Dataset entries
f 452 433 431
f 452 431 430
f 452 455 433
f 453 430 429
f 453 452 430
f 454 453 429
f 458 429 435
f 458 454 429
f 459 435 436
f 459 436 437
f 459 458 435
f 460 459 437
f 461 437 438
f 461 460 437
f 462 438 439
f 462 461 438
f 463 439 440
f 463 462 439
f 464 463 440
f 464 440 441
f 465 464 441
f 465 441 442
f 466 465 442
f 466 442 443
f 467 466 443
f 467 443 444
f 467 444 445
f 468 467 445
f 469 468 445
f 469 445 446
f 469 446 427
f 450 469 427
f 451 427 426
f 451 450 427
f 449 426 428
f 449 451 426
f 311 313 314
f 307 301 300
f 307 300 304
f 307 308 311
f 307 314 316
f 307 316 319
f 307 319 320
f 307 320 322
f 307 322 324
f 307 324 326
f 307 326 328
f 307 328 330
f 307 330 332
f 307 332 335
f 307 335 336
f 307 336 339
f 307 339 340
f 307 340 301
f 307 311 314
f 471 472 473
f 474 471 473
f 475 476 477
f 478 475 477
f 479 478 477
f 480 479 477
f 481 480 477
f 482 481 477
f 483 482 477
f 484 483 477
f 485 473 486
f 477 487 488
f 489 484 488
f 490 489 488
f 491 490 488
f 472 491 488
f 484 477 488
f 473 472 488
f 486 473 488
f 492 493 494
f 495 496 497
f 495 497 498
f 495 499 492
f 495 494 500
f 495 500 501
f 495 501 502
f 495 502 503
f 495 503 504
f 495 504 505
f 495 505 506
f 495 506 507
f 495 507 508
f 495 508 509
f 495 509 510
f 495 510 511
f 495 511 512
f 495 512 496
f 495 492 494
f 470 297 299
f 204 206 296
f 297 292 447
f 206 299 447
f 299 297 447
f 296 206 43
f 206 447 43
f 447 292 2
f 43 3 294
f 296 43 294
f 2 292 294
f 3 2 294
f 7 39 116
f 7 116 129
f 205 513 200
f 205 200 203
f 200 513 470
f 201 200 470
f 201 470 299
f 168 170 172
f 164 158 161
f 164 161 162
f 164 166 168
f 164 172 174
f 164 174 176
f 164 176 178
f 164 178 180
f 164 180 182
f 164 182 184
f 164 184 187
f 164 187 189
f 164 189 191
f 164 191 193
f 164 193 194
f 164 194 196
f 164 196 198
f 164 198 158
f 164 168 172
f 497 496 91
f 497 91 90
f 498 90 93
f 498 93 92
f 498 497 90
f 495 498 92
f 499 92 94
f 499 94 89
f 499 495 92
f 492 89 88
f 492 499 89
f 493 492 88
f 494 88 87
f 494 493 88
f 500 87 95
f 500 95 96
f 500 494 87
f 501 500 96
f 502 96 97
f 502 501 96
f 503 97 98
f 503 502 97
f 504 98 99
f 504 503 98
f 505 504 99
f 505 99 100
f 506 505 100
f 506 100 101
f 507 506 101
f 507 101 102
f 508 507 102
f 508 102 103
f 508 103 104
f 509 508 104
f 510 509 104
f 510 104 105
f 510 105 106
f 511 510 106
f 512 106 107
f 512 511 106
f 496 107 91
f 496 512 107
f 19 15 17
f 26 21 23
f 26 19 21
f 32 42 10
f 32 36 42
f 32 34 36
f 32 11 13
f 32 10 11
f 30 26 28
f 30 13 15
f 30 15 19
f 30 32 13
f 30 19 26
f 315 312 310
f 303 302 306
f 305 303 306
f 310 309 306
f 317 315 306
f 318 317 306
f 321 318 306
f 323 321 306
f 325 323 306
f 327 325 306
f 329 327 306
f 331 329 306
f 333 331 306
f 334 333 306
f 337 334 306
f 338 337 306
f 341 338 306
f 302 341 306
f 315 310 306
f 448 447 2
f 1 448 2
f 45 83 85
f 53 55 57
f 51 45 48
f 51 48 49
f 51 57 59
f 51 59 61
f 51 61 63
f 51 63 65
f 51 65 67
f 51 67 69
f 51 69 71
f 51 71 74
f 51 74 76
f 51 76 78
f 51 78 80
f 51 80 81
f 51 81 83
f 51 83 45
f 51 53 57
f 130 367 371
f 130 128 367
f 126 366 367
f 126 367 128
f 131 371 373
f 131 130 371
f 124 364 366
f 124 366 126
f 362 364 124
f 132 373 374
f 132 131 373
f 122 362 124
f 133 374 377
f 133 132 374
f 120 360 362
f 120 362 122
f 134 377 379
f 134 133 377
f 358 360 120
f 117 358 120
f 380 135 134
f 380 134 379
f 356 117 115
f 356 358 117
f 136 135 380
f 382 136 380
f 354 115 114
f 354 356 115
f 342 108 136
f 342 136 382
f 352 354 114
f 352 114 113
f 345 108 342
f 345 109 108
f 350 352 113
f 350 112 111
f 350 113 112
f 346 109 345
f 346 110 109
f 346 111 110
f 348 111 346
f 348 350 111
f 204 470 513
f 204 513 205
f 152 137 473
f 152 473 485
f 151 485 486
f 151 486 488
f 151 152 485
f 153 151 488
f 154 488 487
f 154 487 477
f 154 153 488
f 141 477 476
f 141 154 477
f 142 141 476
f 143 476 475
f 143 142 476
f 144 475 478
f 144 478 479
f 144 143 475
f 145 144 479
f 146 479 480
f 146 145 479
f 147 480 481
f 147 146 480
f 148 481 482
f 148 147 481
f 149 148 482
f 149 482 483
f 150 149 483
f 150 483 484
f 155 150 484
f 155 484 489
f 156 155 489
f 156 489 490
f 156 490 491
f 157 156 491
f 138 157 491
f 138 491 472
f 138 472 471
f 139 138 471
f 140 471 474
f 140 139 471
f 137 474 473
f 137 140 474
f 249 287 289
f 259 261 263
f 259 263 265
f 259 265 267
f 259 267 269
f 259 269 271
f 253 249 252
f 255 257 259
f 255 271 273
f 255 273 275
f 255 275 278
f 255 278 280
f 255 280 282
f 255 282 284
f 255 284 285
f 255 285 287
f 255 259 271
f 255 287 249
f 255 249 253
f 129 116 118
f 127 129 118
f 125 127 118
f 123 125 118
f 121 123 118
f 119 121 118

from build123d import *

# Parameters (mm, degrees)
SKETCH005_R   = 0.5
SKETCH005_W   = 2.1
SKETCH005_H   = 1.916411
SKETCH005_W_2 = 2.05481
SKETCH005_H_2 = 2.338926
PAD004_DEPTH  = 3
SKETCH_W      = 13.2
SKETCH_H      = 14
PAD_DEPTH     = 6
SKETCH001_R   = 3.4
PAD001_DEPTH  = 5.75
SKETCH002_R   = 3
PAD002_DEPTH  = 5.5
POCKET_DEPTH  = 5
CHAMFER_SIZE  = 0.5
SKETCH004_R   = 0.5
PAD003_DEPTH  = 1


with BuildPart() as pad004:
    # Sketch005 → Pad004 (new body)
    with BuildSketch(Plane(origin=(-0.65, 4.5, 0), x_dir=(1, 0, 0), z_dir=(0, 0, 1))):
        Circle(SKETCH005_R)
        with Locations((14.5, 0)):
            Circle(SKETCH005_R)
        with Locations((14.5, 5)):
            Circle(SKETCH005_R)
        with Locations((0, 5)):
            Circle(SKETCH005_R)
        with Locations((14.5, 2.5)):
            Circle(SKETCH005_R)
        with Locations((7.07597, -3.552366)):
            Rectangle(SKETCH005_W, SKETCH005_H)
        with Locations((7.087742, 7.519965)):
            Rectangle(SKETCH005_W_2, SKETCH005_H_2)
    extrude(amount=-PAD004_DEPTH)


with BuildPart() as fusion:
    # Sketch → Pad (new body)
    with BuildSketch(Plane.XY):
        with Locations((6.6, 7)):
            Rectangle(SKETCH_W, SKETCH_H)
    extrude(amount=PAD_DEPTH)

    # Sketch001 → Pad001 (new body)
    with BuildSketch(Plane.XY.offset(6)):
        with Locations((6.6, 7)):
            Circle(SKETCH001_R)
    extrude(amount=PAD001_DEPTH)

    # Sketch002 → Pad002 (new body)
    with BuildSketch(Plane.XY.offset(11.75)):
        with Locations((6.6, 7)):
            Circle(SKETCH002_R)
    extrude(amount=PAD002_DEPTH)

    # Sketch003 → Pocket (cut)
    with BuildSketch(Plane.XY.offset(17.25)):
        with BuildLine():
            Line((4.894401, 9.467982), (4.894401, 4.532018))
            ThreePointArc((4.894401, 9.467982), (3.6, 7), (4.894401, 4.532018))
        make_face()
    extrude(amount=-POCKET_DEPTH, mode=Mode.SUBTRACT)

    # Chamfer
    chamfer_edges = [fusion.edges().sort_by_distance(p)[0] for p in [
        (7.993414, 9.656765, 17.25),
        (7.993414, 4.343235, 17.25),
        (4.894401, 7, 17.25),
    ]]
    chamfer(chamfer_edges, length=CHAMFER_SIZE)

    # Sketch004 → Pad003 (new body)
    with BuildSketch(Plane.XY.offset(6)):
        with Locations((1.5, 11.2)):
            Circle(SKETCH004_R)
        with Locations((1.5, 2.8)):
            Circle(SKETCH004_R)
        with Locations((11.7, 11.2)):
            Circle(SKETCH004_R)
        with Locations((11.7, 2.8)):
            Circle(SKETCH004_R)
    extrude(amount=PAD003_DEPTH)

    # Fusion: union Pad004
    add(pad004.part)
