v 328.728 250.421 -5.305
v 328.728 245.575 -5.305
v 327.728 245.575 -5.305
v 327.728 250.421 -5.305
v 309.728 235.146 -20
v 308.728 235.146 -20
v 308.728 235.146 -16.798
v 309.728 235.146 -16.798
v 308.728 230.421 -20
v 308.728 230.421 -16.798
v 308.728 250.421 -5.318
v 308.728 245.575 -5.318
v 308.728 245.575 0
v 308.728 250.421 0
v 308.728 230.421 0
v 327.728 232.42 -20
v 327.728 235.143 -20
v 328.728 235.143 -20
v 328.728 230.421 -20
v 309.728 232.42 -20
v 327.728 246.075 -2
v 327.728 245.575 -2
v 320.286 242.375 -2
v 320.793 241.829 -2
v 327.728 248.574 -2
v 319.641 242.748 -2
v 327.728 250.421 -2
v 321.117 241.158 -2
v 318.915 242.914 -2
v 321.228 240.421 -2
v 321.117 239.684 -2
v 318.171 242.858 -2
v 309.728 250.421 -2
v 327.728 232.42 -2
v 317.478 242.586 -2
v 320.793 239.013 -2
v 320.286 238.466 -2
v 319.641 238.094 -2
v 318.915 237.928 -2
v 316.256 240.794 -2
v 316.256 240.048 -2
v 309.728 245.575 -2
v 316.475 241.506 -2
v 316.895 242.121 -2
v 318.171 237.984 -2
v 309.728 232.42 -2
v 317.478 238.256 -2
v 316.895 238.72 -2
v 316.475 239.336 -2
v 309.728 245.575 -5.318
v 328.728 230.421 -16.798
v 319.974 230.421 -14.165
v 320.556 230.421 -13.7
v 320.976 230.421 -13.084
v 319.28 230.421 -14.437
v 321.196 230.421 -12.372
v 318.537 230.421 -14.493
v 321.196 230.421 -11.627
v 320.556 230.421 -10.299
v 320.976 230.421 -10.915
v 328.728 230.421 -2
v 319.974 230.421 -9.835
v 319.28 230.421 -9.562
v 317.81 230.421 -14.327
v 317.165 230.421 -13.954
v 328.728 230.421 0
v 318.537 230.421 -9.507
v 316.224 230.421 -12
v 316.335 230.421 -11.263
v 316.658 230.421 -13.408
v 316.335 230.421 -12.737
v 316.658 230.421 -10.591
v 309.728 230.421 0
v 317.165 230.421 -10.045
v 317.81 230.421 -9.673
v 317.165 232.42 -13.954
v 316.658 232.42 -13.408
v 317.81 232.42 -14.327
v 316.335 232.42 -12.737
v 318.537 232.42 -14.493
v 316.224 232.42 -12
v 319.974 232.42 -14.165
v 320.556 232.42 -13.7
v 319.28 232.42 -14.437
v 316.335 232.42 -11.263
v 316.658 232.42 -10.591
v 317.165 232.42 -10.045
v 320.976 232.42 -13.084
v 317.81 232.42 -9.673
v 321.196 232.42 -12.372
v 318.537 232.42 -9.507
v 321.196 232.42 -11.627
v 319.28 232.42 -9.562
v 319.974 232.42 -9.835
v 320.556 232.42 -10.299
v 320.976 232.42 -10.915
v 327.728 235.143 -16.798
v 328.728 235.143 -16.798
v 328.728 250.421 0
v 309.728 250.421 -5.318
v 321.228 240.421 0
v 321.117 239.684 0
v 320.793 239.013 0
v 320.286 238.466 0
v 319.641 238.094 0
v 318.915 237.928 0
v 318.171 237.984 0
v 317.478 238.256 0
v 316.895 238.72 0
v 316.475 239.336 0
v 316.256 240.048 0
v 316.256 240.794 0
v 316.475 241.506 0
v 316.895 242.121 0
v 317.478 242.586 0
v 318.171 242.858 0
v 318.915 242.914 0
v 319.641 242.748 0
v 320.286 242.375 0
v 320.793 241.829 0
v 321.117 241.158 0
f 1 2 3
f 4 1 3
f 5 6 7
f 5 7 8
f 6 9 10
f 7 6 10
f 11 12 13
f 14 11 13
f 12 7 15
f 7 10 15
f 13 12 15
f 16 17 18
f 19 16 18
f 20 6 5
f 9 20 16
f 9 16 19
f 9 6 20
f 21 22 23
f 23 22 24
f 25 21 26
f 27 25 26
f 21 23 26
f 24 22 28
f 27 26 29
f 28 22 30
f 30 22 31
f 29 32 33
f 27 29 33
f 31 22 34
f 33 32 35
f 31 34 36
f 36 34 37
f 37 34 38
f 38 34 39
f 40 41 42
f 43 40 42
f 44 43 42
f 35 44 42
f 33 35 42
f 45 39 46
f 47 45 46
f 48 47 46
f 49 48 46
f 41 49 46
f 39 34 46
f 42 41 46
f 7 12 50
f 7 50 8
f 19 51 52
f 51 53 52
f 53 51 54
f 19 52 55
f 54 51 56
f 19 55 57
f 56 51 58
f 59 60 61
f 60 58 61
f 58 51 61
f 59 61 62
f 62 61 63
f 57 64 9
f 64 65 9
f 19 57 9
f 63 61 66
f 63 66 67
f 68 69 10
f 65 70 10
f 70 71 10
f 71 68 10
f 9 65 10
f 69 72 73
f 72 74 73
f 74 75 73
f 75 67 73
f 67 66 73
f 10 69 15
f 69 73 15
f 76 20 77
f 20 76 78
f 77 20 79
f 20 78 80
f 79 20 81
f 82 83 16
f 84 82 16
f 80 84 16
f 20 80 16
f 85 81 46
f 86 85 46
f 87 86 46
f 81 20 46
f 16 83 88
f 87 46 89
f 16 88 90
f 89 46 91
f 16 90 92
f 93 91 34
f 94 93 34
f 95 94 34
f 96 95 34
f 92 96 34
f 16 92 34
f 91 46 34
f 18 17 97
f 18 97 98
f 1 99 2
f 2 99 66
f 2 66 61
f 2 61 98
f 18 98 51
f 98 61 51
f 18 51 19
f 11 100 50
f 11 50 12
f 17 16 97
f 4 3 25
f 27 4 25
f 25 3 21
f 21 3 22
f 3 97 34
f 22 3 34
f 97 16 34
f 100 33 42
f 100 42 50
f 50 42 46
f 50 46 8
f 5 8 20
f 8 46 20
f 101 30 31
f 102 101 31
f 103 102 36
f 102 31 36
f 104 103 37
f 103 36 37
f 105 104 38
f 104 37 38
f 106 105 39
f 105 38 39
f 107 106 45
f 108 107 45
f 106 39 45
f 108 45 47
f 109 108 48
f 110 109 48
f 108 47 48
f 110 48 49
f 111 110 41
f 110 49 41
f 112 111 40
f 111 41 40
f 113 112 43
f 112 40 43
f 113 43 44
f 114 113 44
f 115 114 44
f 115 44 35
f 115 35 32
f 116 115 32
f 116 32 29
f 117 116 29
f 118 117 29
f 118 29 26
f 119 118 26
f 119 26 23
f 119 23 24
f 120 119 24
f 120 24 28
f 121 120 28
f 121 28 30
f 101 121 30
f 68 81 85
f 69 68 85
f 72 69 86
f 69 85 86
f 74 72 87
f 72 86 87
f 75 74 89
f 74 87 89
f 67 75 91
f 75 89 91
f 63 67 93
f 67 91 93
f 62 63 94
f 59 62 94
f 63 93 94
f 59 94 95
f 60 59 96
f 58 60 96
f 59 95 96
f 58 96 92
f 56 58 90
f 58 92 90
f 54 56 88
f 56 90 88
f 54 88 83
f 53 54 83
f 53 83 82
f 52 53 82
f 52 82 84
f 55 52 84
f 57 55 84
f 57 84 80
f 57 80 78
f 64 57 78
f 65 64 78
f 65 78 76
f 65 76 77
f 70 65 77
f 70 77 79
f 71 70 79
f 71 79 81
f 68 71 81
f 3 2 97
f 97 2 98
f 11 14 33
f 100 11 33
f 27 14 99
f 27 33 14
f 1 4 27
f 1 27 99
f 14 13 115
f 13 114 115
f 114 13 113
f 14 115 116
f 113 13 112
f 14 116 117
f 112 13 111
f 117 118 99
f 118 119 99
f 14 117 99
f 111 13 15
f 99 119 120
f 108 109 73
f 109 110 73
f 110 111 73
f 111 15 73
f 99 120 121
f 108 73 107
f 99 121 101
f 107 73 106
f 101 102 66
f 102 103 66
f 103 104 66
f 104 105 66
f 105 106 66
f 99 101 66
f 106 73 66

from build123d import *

# Parameters (mm, degrees)
SKETCH_W           = 20
SKETCH_H           = 20
PAD_DEPTH          = 2
SKETCH001_W        = 21.291687
SKETCH001_H        = 2
PAD001_DEPTH       = 20
POCKET_DEPTH       = 43
PAD002_DEPTH       = 1
PAD003_DEPTH       = 1
SKETCH004_R        = 2.5
POCKET001_DEPTH    = 5
SKETCH005_R        = 2.5
POCKET002_DEPTH    = 5
POCKET003_DEPTH    = 5
POCKET003_FACE1_W  = 20
POCKET003_FACE1_H  = 2
POCKET004_DEPTH    = 1.846
POCKET005_DEPTH    = 2.202
POCKET006_DEPTH    = 5
SKETCH006_W        = 32.068451
SKETCH006_H        = 15.041733
POCKET007_DEPTH    = 5
POCKET008_DEPTH    = 2
POCKET009_DEPTH    = 2
POCKET010_DEPTH    = 0.5
POCKET011_DEPTH    = 0.5
POCKET011_FACE18_W = 2.5141439852
POCKET011_FACE18_H = 1
POCKET012_DEPTH    = 5
POCKET012_FACE12_W = 1
POCKET012_FACE12_H = 2.5
POCKET013_DEPTH    = 5
POCKET014_DEPTH    = 0.5
POCKET014_FACE5_W  = 1
POCKET014_FACE5_H  = 0.5
POCKET015_DEPTH    = 5
POCKET016_DEPTH    = 0.5
POCKET016_FACE4_W  = 0.5
POCKET016_FACE4_H  = 1
POCKET017_DEPTH    = 7.2
PAD004_DEPTH       = 3.202
PAD005_DEPTH       = 4.846


with BuildPart() as part:
    # Sketch → Pad (new body)
    with BuildSketch(Plane.XY):
        with Locations((318.7276667125, 240.4208782875)):
            Rectangle(SKETCH_W, SKETCH_H)
    extrude(amount=-PAD_DEPTH)

    # Sketch001 (on Face6 of Pad) → Pad001 (join)
    with BuildSketch(Plane(origin=(0, 0, -2), x_dir=(1, 0, 0), z_dir=(0, 0, -1))):
        with Locations((319.1250915, -231.419662)):
            Rectangle(SKETCH001_W, SKETCH001_H)
    extrude(amount=PAD001_DEPTH)

    # Pad001 Face5 → Pocket (cut)
    with BuildSketch(Plane(origin=(325.2175581813, 231.4103392408, -2), x_dir=(0, 1, 0), z_dir=(0, 0, 1))):
        Polygon((1.0093227592, 16.7383101813), (-0.9906772408, 16.7383101813), (-0.9906772408, -4.5533768187), (1.0093227592, -4.5533768187), (1.0093227592, -3.5101085312), (-0.9894609532, -3.5101085312), (-0.9894609532, 16.4898914688), (1.0093227592, 16.4898914688), align=None)
    extrude(amount=-POCKET_DEPTH, mode=Mode.SUBTRACT)

    # Sketch002 (on Face7 of Pocket) → Pad002 (join)
    with BuildSketch(Plane(origin=(308.7276667125, 0, 0), x_dir=(0, -1, 0), z_dir=(-1, 0, 0))):
        Polygon((-250.405853, 0), (-230.420715, -22), (-230.420715, 0), align=None)
    extrude(amount=-PAD002_DEPTH)

    # Sketch003 (on Face2 of Pad002) → Pad003 (join)
    with BuildSketch(Plane.YZ.offset(328.7276667125)):
        Polygon((230.420883, 0.034144), (250.420822, 0.034144), (230.420883, -22.000002), align=None)
    extrude(amount=-PAD003_DEPTH)

    # Sketch004 (on Face6 of Pad003) → Pocket001 (cut)
    with BuildSketch(Plane(origin=(0, 232.419662, 0), x_dir=(-1, 0, 0), z_dir=(0, 1, 0))):
        with Locations((-318.723811, -11.999702)):
            Circle(SKETCH004_R)
    extrude(amount=-POCKET001_DEPTH, mode=Mode.SUBTRACT)

    # Sketch005 (on Face5 of Pocket001) → Pocket002 (cut)
    with BuildSketch(Plane(origin=(0, 0, -2), x_dir=(1, 0, 0), z_dir=(0, 0, -1))):
        with Locations((318.727692, -240.420898)):
            Circle(SKETCH005_R)
    extrude(amount=-POCKET002_DEPTH, mode=Mode.SUBTRACT)

    # Pocket002 Face19 → Pocket003 (cut)
    with BuildSketch(Plane(origin=(327.7276667125, 240.4131065518, 0.0170764125), x_dir=(0, 1, 0), z_dir=(-1, 0, 0))):
        Polygon((-9.9922235518, -0.0170675875), (10.0077154482, -0.0170675875), (9.976723645, 0.0170764125), (-9.9922235518, 0.0170764125), align=None)
    extrude(amount=-POCKET003_DEPTH, mode=Mode.SUBTRACT)

    # Pocket003 Face1 → Pocket004 (cut)
    with BuildSketch(Plane(origin=(318.7276667125, 250.4208782875, -1), x_dir=(1, 0, 0), z_dir=(0, 1, 0))):
        Rectangle(POCKET003_FACE1_W, POCKET003_FACE1_H)
    extrude(amount=-POCKET004_DEPTH, mode=Mode.SUBTRACT)

    # Pocket004 Face7 → Pocket005 (cut)
    with BuildSketch(Plane(origin=(318.7276662811, 231.4202701891, -22), x_dir=(0, -1, 0), z_dir=(0, 0, -1))):
        Polygon((-0.9993918109, 9.9999995686), (-0.9993918109, -10.0000004314), (0.9993853738, -10.0000004314), (0.9993853738, -9.0000004314), (0.9993871891, -9.0000004314), (0.9993871891, -10.0000004314), (0.9993919016, -10.0000004314), (0.9993919016, 9.9999995686), align=None)
    extrude(amount=-POCKET005_DEPTH, mode=Mode.SUBTRACT)

    # Pocket005 Face11 → Pocket006 (cut)
    with BuildSketch(Plane(origin=(309.7276667125, 230.4207966437, -10.9999550626), x_dir=(0, -1, 0), z_dir=(1, 0, 0))):
        Polygon((-8.16439e-05, 10.9998651876), (-8.16439e-05, 8.7980449374), (-8.16439e-05, -10.9999550626), (8.16437e-05, -10.9999550626), (8.16437e-05, 11.0000449374), align=None)
    extrude(amount=-POCKET006_DEPTH, mode=Mode.SUBTRACT)

    # Sketch006 (on Face7 of Pocket006) → Pocket007 (cut)
    with BuildSketch(Plane(origin=(0, 0, -19.798), x_dir=(1, 0, 0), z_dir=(0, 0, -1))):
        with Locations((318.3954625, -232.1317065)):
            Rectangle(SKETCH006_W, SKETCH006_H)
    extrude(amount=POCKET007_DEPTH, mode=Mode.SUBTRACT)

    # Pocket007 Face15 → Pocket008 (cut)
    with BuildSketch(Plane(origin=(318.7273379116, 231.4203047573, -19.798), x_dir=(0, -1, 0), z_dir=(0, 0, -1))):
        Polygon((-0.9993572427, 8.9996711991), (-0.9993572427, -10.0003288009), (0.9994264698, -10.0003288009), (0.9994264698, 9.9996711991), (-1.0007408734, 9.9996711991), (-1.0007408734, 8.9996711991), align=None)
    extrude(amount=-POCKET008_DEPTH, mode=Mode.SUBTRACT)

    # Pocket008 Face3 → Pocket009 (cut)
    with BuildSketch(Plane(origin=(318.7276667125, 248.5748782875, -1), x_dir=(1, 0, 0), z_dir=(0, 1, 0))):
        Polygon((10, -1), (10, 1), (-9, 1), (-10, 1), (-10, -1), align=None)
    extrude(amount=-POCKET009_DEPTH, mode=Mode.SUBTRACT)

    # Pocket009 Face7 → Pocket010 (cut)
    with BuildSketch(Plane(origin=(318.7273379116, 231.4203047573, -17.798), x_dir=(0, -1, 0), z_dir=(0, 0, -1))):
        Polygon((-0.9993572427, 8.9996711991), (-0.9993572427, -9.0003288009), (-0.9993572427, -10.0003288009), (0.9994264698, -10.0003288009), (0.9994264698, 9.9996711991), (-1.0007408734, 9.9996711991), (-1.0007408734, 8.9996711991), align=None)
    extrude(amount=-POCKET010_DEPTH, mode=Mode.SUBTRACT)

    # Pocket010 Face3 → Pocket011 (cut)
    with BuildSketch(Plane(origin=(318.7276667125, 246.5748782875, -1), x_dir=(1, 0, 0), z_dir=(0, 1, 0))):
        Polygon((10, -1), (10, 1), (9, 1), (-9, 1), (-10, 1), (-10, -1), align=None)
    extrude(amount=-POCKET011_DEPTH, mode=Mode.SUBTRACT)

    # Pocket011 Face18 → Pocket012 (cut)
    with BuildSketch(Plane(origin=(309.2276667125, 247.3319502801, -2), x_dir=(0, 1, 0), z_dir=(0, 0, 1))):
        Rectangle(POCKET011_FACE18_W, POCKET011_FACE18_H)
    extrude(amount=-POCKET012_DEPTH, mode=Mode.SUBTRACT)

    # Pocket012 Face12 → Pocket013 (cut)
    with BuildSketch(Plane(origin=(309.2276667125, 232.4210456307, -18.548), x_dir=(-1, 0, 0), z_dir=(0, -1, 0))):
        Rectangle(POCKET012_FACE12_W, POCKET012_FACE12_H)
    extrude(amount=-POCKET013_DEPTH, mode=Mode.SUBTRACT)

    # Pocket013 Face14 → Pocket014 (cut)
    with BuildSketch(Plane(origin=(318.7269644137, 231.6380559444, -17.298), x_dir=(0, -1, 0), z_dir=(0, 0, -1))):
        Polygon((-3.0507371065, -10.0007022988), (1.2171776569, -10.0007022988), (1.2171776569, 9.9992977012), (-3.0540280954, 9.9992977012), (-3.0540280954, 8.9992977012), (-0.7816060556, 8.9992977012), (-0.7816060556, -9.0007022988), (-3.0507371065, -9.0007022988), align=None)
    extrude(amount=-POCKET014_DEPTH, mode=Mode.SUBTRACT)

    # Pocket014 Face5 → Pocket015 (cut)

» DIRECTIONS
Restate the records above verbatim up to and including the line containing "f 449 426 428".

» YOUR RESPONSE
f 452 433 431
f 452 431 430
f 452 455 433
f 453 430 429
f 453 452 430
f 454 453 429
f 458 429 435
f 458 454 429
f 459 435 436
f 459 436 437
f 459 458 435
f 460 459 437
f 461 437 438
f 461 460 437
f 462 438 439
f 462 461 438
f 463 439 440
f 463 462 439
f 464 463 440
f 464 440 441
f 465 464 441
f 465 441 442
f 466 465 442
f 466 442 443
f 467 466 443
f 467 443 444
f 467 444 445
f 468 467 445
f 469 468 445
f 469 445 446
f 469 446 427
f 450 469 427
f 451 427 426
f 451 450 427
f 449 426 428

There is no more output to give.